## YOUR ASSIGNMENT
From the data underneath, reproduce exactly the stretch that begins at the line with "f 321 320 153" and ends after the line with "f 215 206 207".

## EXERCISE MATERIAL
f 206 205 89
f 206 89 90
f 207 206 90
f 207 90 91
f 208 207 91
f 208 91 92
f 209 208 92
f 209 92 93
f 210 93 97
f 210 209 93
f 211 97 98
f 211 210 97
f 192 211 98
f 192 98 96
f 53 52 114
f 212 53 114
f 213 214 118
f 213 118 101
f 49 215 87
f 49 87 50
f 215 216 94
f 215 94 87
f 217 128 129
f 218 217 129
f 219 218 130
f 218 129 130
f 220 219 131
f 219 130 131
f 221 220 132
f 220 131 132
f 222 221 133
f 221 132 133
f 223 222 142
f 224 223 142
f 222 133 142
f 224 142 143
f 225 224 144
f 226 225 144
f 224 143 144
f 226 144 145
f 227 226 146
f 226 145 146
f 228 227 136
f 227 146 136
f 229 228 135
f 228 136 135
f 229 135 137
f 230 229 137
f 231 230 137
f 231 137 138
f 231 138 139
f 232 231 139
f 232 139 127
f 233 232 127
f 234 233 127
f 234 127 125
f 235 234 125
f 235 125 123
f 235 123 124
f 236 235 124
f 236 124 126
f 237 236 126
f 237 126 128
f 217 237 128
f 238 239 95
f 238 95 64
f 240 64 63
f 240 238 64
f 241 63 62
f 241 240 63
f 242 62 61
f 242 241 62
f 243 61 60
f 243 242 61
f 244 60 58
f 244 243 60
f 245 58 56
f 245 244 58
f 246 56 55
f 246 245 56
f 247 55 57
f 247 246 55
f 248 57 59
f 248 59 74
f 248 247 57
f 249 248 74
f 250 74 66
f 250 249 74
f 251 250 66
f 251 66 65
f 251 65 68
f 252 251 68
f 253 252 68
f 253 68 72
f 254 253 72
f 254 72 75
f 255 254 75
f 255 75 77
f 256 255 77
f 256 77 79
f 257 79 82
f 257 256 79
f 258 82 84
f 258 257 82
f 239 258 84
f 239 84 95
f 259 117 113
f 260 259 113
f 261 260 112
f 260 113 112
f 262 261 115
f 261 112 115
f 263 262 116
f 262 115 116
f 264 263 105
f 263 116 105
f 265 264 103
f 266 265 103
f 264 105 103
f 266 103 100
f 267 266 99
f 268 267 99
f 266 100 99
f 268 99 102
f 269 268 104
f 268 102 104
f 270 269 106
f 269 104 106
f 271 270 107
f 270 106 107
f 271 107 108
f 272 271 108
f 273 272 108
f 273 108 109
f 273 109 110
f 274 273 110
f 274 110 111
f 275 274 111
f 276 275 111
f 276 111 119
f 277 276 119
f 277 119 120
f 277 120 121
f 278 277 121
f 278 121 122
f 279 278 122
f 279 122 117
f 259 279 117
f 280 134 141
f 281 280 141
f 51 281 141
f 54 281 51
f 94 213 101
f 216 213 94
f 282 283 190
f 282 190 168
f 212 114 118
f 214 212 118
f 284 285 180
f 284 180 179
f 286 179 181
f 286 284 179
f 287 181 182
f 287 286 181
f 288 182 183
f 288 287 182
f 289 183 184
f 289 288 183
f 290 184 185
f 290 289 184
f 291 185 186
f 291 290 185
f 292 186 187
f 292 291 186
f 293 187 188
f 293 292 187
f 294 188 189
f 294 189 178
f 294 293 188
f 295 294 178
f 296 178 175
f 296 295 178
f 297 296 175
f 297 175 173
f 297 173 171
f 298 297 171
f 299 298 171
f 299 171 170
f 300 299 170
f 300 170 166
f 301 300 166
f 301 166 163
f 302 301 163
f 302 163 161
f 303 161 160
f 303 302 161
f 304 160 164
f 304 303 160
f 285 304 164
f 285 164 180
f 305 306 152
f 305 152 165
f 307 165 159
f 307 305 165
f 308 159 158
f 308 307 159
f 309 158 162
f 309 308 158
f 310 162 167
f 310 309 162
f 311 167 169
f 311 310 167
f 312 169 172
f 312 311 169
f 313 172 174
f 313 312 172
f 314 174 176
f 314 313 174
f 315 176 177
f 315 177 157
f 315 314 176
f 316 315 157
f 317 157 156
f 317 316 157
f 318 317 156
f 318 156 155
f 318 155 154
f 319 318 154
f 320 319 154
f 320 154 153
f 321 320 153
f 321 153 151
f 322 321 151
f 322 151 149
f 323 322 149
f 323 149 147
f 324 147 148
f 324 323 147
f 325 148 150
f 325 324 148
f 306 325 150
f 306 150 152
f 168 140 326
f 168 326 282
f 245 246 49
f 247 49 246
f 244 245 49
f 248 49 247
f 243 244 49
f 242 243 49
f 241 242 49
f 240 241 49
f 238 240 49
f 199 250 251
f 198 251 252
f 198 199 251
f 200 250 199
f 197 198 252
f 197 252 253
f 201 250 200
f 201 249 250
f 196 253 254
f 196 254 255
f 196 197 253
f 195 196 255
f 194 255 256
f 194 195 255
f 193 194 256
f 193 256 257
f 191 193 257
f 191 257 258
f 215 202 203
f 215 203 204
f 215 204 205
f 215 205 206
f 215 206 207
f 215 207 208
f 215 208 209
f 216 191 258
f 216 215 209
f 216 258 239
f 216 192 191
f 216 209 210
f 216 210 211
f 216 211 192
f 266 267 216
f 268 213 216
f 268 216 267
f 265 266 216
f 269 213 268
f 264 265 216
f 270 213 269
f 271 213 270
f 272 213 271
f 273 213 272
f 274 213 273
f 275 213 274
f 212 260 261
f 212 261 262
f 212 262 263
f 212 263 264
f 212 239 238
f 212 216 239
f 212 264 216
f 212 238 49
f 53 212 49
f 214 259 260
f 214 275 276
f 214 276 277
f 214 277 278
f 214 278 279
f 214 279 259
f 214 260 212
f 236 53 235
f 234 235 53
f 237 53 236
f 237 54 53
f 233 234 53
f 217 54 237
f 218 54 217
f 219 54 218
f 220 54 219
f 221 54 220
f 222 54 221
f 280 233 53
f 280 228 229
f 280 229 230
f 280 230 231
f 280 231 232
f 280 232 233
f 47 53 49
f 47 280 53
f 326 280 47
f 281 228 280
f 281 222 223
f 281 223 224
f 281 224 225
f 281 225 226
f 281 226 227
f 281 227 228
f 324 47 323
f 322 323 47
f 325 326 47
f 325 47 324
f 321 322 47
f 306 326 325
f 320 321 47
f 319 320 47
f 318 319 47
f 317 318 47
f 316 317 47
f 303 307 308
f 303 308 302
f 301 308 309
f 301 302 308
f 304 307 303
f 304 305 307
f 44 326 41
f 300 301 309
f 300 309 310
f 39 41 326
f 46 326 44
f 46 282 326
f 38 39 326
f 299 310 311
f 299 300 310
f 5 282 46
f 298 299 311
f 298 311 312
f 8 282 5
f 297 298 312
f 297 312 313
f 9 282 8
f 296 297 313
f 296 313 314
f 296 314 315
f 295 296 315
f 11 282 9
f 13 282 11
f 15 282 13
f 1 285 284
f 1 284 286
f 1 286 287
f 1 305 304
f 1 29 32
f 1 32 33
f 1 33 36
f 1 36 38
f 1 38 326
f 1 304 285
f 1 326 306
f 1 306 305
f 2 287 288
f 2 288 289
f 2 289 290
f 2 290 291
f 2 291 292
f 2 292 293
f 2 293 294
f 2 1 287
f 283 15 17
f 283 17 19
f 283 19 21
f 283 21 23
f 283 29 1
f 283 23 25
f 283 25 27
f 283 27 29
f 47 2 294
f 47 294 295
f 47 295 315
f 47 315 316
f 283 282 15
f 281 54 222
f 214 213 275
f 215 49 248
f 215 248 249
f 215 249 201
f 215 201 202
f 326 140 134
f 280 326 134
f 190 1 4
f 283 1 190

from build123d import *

## WRITTEN ANSWER
f 321 320 153
f 321 153 151
f 322 321 151
f 322 151 149
f 323 322 149
f 323 149 147
f 324 147 148
f 324 323 147
f 325 148 150
f 325 324 148
f 306 325 150
f 306 150 152
f 168 140 326
f 168 326 282
f 245 246 49
f 247 49 246
f 244 245 49
f 248 49 247
f 243 244 49
f 242 243 49
f 241 242 49
f 240 241 49
f 238 240 49
f 199 250 251
f 198 251 252
f 198 199 251
f 200 250 199
f 197 198 252
f 197 252 253
f 201 250 200
f 201 249 250
f 196 253 254
f 196 254 255
f 196 197 253
f 195 196 255
f 194 255 256
f 194 195 255
f 193 194 256
f 193 256 257
f 191 193 257
f 191 257 258
f 215 202 203
f 215 203 204
f 215 204 205
f 215 205 206
f 215 206 207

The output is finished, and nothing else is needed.